This package is aimed at researchers who are researching and developing new quantization algorithms for neural networks using PyTorch. Most of the functionality of this package is also built-into latest versions of PyTorch but they are mostly aimed towards those interested in finding quantised version of their network, and does not offer sufficient flexibility for research purposes in our experience.
- Support for Affine and Q-format quantizers with STE back-propagation.
- Easy interface for adding new types of quantizers.
- Low-level functional API for state-less quantization.
- Context-managers for quickly changing quantization mode.
- Various range-observers for monitoring activation ranges.
- Easily create quantizable models by wrapping entire layer (or a sequence of supported layers).
- Easily convert common image models to quantized versions (including preserving weights)
TorchQuant as a package can be installed via pip:
$ pip install git+https://github.com/camlsys/torchquant.git
However, if you want to use this package as an starting point to develop your own quantisation schemes you can clone this repository directly in your project and install it in editable mode:
$ cd /path/to/your/project
$ git clone https://github.com/camlsys/torchquant.git
$ pip install -e .
The only dependencies we use are: PyTorch, torchvision and efficientnet_pytorch. This library is tested as supporting the latest versions available at time of writing.
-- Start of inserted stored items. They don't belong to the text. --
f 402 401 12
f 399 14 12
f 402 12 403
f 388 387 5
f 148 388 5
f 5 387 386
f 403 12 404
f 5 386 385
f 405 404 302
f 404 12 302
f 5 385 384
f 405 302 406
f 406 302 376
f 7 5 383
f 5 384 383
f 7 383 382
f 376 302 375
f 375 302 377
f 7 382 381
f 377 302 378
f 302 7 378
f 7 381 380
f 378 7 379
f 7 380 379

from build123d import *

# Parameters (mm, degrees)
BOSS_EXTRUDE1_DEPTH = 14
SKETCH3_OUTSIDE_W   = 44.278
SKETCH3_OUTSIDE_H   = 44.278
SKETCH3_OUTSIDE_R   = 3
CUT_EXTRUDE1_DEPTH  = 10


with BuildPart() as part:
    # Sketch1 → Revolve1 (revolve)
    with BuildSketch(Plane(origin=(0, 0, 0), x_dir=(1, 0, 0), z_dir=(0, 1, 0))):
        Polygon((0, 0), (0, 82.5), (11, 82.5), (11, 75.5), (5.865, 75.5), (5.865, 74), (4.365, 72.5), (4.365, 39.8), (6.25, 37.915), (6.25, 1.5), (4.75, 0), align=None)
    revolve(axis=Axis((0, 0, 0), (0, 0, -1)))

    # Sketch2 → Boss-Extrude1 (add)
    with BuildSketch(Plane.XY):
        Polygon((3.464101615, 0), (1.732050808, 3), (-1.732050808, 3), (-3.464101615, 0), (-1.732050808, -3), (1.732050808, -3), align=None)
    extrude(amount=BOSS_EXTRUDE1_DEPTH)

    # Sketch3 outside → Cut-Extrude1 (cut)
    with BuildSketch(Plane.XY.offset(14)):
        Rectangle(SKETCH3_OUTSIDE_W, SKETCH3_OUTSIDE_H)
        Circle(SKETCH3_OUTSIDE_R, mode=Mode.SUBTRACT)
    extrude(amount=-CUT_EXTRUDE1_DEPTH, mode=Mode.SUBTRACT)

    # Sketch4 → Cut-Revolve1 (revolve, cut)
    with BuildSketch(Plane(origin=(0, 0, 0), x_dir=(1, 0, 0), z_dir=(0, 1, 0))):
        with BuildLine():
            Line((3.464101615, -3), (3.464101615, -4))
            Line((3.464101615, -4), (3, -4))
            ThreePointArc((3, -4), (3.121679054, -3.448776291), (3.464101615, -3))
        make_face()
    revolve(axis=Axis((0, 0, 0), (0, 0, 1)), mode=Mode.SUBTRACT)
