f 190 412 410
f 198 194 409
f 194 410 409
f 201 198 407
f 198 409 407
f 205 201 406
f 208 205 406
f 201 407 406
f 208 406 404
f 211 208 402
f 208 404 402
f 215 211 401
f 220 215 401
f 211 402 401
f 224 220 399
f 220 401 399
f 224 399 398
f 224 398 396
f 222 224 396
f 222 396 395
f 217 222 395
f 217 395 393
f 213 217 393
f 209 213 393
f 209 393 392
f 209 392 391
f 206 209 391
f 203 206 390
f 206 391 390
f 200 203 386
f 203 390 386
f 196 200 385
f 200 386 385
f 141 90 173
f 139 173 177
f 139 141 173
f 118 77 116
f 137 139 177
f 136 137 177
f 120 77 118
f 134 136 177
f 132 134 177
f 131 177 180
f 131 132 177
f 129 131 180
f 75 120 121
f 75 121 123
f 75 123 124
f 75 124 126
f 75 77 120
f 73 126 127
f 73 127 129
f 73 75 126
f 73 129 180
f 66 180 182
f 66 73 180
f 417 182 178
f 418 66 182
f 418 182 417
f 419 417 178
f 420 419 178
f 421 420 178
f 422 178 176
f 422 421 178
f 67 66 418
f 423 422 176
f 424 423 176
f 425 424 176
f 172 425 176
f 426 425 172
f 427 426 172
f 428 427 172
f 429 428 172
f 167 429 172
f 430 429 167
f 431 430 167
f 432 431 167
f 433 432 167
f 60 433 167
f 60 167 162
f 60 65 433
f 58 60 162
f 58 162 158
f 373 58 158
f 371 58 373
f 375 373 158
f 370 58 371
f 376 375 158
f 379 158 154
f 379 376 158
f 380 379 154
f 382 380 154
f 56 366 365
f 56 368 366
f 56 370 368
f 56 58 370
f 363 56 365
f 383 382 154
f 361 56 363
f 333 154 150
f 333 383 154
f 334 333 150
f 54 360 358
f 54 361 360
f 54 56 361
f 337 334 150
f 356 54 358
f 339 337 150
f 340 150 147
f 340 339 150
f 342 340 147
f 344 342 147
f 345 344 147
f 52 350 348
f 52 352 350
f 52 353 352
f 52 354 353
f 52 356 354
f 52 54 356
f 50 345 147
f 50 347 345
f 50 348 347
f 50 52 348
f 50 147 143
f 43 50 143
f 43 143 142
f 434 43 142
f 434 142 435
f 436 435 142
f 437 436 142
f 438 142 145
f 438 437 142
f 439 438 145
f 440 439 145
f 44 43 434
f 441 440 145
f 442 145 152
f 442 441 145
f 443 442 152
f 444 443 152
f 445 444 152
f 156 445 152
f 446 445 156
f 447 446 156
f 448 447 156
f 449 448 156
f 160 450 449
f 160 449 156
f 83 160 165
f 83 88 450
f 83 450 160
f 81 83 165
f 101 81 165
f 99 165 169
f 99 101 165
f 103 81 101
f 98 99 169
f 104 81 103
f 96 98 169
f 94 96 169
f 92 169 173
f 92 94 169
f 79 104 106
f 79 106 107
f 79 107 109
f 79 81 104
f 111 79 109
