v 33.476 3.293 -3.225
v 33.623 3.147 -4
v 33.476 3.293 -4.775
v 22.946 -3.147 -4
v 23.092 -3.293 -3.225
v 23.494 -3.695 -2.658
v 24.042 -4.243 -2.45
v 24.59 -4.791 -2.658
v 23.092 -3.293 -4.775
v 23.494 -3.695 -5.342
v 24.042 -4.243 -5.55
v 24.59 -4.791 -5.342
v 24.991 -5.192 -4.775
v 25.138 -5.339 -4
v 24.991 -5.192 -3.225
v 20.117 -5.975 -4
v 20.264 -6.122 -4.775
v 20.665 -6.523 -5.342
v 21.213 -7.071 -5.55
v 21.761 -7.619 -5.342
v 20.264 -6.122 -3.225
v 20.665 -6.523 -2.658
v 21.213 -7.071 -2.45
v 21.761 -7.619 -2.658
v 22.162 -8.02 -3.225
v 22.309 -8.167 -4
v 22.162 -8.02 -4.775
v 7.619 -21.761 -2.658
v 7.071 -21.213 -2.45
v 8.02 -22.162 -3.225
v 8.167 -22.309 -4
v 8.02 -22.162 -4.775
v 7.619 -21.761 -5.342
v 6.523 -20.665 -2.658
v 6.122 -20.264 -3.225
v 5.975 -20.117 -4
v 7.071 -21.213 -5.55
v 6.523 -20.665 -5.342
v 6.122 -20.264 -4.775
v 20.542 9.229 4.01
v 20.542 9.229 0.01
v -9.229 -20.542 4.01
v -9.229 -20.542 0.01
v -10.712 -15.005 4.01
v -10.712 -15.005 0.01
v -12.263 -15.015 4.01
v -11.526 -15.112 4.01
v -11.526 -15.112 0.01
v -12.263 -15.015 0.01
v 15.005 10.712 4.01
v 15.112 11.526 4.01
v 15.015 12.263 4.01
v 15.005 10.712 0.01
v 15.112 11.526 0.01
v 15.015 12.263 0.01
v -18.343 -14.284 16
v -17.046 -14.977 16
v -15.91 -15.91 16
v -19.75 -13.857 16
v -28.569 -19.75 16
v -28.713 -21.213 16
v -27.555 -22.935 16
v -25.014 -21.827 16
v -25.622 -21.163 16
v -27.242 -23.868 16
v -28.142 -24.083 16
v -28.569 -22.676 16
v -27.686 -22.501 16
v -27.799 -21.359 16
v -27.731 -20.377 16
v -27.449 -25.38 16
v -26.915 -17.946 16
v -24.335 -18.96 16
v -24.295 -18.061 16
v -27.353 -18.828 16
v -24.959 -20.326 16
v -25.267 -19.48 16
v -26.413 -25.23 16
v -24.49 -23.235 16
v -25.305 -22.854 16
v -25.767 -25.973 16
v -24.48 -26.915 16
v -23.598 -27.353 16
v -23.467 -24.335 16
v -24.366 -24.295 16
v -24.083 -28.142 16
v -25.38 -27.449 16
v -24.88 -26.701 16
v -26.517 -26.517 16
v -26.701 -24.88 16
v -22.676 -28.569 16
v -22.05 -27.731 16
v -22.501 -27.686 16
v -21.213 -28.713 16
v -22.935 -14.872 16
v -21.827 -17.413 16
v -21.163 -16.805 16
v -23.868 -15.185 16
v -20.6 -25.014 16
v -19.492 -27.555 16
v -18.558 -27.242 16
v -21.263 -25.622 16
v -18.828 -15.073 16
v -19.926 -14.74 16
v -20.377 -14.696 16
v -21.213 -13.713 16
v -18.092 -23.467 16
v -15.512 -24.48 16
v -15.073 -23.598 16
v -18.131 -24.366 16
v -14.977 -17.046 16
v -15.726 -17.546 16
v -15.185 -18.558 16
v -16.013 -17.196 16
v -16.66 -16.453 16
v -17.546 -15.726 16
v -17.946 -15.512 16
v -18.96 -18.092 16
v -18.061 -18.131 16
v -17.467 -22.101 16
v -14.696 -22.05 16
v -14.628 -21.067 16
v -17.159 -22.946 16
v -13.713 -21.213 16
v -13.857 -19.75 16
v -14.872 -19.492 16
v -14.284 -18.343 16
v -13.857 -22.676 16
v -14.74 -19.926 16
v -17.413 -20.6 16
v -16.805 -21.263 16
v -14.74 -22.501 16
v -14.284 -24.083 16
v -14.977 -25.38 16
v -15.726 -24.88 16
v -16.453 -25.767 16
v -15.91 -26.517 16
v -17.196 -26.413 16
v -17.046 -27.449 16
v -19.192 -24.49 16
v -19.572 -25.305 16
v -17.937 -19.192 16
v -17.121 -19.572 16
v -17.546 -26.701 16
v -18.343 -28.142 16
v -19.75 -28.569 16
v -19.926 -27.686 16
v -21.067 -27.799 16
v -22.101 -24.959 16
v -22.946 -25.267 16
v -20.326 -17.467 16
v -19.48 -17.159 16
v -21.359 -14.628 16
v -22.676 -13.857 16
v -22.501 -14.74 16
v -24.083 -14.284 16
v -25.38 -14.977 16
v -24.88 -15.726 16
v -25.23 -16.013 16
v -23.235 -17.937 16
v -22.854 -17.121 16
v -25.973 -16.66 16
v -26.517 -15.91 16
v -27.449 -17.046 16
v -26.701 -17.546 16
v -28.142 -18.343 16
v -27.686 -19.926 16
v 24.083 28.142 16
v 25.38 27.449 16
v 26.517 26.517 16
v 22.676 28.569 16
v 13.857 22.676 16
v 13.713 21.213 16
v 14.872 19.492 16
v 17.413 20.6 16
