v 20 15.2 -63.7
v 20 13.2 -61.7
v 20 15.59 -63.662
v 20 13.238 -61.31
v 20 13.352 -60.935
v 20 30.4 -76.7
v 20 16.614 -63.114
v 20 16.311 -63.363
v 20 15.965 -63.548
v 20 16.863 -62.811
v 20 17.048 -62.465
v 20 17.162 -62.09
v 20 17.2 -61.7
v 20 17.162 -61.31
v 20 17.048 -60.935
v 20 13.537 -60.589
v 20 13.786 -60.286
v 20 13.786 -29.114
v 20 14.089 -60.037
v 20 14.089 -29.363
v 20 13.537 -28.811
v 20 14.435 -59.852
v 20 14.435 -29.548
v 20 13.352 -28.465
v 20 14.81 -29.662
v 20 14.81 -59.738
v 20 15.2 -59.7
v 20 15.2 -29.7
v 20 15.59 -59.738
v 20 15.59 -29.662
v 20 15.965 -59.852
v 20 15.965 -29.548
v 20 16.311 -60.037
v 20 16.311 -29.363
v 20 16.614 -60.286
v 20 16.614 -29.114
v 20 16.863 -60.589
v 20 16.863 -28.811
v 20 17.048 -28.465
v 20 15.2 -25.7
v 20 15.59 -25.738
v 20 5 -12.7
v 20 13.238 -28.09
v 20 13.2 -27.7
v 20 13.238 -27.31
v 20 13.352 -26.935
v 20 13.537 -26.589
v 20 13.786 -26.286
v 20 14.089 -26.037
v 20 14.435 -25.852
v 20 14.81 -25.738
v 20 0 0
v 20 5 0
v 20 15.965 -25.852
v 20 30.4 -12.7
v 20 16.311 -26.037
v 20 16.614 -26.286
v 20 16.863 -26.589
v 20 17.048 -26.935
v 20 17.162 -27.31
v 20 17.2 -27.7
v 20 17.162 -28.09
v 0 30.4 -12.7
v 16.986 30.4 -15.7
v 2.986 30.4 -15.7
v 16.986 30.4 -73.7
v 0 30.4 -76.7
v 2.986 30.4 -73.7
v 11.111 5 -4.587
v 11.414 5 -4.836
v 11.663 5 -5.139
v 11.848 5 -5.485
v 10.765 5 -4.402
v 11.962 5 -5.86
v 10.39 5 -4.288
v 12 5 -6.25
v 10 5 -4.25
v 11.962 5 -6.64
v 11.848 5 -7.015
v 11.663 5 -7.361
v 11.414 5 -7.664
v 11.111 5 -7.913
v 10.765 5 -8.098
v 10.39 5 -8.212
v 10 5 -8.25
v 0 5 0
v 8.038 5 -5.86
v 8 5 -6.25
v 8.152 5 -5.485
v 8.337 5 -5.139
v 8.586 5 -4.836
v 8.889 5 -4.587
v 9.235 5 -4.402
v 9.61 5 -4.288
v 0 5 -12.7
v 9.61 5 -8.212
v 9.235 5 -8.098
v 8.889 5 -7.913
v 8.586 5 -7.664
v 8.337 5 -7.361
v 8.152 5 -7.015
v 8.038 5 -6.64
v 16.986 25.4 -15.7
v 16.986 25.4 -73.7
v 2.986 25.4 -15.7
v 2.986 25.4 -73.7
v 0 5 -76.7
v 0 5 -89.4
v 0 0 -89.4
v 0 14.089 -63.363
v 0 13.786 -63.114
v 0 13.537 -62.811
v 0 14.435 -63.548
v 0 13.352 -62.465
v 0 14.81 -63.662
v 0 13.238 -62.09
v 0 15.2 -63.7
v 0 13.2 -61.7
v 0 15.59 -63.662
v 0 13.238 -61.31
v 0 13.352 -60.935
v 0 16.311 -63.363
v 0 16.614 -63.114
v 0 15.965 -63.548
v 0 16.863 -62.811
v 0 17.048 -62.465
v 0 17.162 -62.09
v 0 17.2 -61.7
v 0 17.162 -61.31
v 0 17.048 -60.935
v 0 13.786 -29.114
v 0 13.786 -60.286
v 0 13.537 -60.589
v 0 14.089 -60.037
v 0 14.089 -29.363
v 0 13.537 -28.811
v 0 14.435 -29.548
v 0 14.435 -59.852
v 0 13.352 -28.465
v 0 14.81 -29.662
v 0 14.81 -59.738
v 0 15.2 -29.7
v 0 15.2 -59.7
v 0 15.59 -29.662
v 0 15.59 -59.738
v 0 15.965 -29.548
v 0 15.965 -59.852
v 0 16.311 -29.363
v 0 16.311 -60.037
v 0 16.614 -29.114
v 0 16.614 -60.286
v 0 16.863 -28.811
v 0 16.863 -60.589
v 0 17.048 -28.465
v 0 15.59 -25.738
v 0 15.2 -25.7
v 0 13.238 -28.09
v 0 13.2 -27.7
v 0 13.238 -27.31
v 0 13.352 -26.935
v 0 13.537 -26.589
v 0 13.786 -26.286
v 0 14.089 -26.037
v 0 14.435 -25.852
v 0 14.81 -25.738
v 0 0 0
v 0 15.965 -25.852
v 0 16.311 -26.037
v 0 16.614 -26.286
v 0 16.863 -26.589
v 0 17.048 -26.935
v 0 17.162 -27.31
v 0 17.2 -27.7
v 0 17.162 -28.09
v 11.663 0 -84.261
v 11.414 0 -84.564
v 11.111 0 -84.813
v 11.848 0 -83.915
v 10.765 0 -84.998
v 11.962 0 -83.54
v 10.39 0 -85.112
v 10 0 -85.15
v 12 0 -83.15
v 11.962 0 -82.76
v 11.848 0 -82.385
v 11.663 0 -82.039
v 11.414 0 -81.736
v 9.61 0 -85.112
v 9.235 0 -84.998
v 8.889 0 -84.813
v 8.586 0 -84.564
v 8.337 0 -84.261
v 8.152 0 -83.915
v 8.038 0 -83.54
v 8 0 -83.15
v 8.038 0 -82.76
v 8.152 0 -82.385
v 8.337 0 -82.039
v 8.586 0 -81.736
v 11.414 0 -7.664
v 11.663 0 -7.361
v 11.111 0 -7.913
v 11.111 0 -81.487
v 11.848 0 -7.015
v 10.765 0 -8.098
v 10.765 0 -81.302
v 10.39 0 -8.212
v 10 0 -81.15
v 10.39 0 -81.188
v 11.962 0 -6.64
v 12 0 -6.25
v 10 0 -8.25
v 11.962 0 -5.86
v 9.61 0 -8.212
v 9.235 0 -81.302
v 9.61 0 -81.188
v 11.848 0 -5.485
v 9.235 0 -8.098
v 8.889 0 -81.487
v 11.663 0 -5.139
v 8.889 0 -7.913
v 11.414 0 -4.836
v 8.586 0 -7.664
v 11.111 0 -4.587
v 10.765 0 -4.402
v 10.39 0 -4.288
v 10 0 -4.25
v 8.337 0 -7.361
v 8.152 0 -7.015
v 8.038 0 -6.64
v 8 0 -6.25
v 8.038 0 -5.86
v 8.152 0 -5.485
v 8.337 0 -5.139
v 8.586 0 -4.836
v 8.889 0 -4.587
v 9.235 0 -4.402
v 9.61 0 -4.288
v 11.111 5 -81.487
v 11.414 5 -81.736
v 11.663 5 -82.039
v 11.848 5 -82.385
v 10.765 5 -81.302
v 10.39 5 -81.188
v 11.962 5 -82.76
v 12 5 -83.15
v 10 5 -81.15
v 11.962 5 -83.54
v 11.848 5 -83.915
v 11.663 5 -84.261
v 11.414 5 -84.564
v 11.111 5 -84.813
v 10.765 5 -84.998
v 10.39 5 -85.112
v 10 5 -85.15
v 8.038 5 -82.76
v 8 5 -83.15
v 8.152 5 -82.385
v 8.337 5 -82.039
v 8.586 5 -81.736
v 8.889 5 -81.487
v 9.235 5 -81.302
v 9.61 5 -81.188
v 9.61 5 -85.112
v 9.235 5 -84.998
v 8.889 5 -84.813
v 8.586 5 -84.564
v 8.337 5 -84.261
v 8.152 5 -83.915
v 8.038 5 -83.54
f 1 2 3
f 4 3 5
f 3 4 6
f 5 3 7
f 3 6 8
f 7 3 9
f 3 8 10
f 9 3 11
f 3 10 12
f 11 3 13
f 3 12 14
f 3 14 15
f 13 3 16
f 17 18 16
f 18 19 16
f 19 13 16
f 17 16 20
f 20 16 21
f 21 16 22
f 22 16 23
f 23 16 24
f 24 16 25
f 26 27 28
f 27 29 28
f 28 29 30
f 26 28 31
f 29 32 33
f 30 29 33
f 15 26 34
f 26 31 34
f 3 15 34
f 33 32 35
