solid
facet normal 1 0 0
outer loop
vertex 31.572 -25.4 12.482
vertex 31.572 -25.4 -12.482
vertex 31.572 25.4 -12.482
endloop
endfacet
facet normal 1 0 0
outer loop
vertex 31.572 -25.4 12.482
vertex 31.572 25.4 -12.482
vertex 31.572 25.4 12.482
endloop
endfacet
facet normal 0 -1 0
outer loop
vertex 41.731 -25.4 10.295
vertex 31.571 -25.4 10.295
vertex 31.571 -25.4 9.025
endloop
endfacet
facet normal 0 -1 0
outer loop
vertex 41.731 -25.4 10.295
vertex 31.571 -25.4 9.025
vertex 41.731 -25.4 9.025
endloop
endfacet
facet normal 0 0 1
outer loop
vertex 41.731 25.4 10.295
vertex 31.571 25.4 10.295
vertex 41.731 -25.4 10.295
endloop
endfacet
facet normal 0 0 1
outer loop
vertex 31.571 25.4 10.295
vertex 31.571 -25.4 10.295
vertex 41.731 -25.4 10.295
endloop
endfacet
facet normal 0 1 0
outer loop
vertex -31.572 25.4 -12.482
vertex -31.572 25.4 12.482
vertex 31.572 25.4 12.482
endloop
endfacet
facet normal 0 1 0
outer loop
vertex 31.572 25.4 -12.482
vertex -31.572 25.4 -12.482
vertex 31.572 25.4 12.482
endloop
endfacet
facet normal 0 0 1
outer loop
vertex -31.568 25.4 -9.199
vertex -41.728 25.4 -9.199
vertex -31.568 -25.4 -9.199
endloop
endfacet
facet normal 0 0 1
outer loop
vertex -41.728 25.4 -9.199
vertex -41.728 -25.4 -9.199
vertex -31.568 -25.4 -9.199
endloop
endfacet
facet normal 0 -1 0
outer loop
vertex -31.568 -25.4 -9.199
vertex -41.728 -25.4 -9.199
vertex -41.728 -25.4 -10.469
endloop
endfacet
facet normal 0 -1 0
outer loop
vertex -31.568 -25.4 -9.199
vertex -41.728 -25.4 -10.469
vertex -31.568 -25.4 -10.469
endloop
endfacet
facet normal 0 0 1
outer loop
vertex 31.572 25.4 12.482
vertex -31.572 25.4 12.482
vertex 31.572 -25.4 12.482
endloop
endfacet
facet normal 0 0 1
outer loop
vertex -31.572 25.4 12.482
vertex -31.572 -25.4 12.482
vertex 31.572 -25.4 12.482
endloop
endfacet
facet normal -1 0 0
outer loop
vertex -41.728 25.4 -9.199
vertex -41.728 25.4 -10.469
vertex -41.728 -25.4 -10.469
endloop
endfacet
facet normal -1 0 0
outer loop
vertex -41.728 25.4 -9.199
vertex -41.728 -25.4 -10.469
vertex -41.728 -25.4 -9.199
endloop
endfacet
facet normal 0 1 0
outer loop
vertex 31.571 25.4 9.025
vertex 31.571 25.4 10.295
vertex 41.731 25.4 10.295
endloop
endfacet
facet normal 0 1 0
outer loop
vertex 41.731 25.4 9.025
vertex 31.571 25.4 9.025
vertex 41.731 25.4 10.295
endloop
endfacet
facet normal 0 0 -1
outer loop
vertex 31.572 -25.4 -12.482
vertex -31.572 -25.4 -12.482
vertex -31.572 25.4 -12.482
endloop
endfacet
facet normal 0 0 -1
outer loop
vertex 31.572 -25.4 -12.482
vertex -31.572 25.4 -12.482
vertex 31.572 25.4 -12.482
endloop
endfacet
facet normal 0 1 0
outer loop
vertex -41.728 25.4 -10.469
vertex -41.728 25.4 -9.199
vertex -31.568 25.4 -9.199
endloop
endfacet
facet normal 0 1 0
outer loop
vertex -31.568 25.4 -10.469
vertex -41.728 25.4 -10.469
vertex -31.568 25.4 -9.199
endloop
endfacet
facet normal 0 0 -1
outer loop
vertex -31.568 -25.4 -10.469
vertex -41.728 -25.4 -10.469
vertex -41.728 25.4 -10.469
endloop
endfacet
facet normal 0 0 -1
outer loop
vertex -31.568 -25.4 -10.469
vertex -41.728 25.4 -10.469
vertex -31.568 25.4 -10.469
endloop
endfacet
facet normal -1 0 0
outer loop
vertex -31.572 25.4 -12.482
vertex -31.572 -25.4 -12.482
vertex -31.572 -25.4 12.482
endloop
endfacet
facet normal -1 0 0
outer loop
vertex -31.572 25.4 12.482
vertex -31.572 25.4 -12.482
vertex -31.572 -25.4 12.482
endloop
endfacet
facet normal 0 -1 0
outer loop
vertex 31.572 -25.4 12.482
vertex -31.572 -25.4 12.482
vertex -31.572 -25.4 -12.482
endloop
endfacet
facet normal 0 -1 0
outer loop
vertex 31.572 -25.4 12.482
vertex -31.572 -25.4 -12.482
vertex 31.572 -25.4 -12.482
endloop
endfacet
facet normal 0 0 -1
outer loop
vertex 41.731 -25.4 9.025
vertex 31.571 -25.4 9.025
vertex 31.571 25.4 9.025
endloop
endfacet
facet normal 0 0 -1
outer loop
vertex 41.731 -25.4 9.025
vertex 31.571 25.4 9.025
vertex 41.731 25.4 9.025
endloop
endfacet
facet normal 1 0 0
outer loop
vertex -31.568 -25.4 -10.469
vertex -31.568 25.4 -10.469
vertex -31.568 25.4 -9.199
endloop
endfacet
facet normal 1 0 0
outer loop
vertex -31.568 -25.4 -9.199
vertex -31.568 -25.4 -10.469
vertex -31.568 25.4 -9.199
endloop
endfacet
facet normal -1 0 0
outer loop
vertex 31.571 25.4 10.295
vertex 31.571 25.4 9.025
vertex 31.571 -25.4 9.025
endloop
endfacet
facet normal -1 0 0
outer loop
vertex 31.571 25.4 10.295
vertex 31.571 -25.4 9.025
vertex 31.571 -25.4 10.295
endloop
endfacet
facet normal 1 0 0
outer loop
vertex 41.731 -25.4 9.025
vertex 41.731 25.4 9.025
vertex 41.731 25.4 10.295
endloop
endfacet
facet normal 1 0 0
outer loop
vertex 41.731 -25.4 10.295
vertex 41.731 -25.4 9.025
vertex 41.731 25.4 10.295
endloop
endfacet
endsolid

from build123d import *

# Parameters (mm, degrees)
F0_W     = 63.144043088
F0_H     = 24.9639227986
F3_DEPTH = 25.4
F1_W     = 10.16
F1_H     = 1.27
F2_W     = 10.16
F2_H     = 1.27


with BuildPart() as f3:
    # F0 (on Front) → F3 (new body, symmetric)
    with BuildSketch(Plane.XZ):
        Rectangle(F0_W, F0_H)
    extrude(amount=F3_DEPTH, both=True)


with BuildPart() as f3b:
    # F1 (on Front) → F3, piece 2 (new body, symmetric)
    with BuildSketch(Plane.XZ):
        with Locations((36.6514939815, 9.6600476645)):
            Rectangle(F1_W, F1_H)
    extrude(amount=F3_DEPTH, both=True)


with BuildPart() as f3c:
    # F2 (on Front) → F3, piece 3 (new body, symmetric)
    with BuildSketch(Plane.XZ):
        with Locations((-36.6476550698, -9.8343824477)):
            Rectangle(F2_W, F2_H)
    extrude(amount=F3_DEPTH, both=True)


solid = Compound([f3.part, f3b.part, f3c.part])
These functions don't have any state and simply quantize a tensor using the passed arguments. They implement Straight-Through-Estimator (STE) for back-propagation and are therefore differentiable.
- Affine Quantization:
affine_quantize(x, delta, zero_point, n_levels)
- Q-format Quantization:
qfmt_quantize(delta, min_int, max_int)
These classes wrap the functional API with some state about the ranges, num_bits etc into an nn.Module
class. All quantizer object must inherit from the Quantizer
class. For the modules supplied, you must provide a range observer instance. This may be subject to change.
RangeObserver
objects can be used inside Quantizer
objects to keep track of tensor ranges (but it is not the case that all quantizers must use them). Available types of range observers are:
BatchMinMax
ExpAvgMinMax
These layers provide a higher-level abstraction to implement apply quantization to a single module or a sequence of commonly-used modules. QWrapper
can wrap existing a sequence of layers, while QOp
wraps a single operator that returns a tensor (e.g. addition).
The supported patterns by QWrapper
are similar to PyTorch:
- Linear
- Linear + ReLU(6) / Swish
- Conv2d
- Conv2d + ReLU(6) / Swish
- Conv2d + BatchNorm2d
- Conv2d + BatchNorm2d + nn.ReLU(6) / Swish
By default these fused layers are quantizable but quantization is turned off by default. You must specify the quantizers as arguments. For example:
wrapper = QWrapper(
layers,
weight_quantizer=AffineQuantizer(n_bits, BatchMinMax())
acts_quantizer=AffineQuantizer(n_bits, ExpAvgMinMax())
)
op = QOp(operators.add, acts_quantizer=AffineQuantizer(n_bits, ExpAvgMinMax()))
These modules automatically support our state machine (see below under context managers).
We provide support to convert ResNets and MobileNetV2s from Torchvision and EfficientNets from efficientnet_pytorch to a fused version. This will preserve the full precision weights.
fused_model = FusedResNet(
full_precision_model,
weight_quantizer=lambda module: QuantizerForMyModuleWeights(module),
acts_quantizer=lambda module: QuantizerForMyModuleActivations(module)
)
Note that you are passed the module so you can do any setup required for your quantizer. This API may change depending on user feedback.
For changing the quantization mode in a QModule
you can do:
with qmodule_state(module, QModuleState.QUANT_AWARE_TRAIN):
...
# Alternatively:
set_qmodule_state(module, QModuleState.QUANT_AWARE_TRAIN)
This example showed changing to the training mode, but there are other modes of interest. The full set of modes provided are described in the QModuleState
enum in qmodule.py
.
Warning: You must set the mode explicitly. If you just call model.train()
or model.eval()
, the quantization mode will not change. This gives you finer control, but it is easy to forget.
- Documentation generation.
- Per-Channel Quantization.
- BatchNorm Folding.
- Binary Neural Networks.
- Automated graph rewriting with
torch.fx
. - Sophisticated research techniques for quantization added as baselines.
- Debugging tooling.
- Integration with other toolkits e.g. HuggingFace, SpeechBrain, Flower, etc.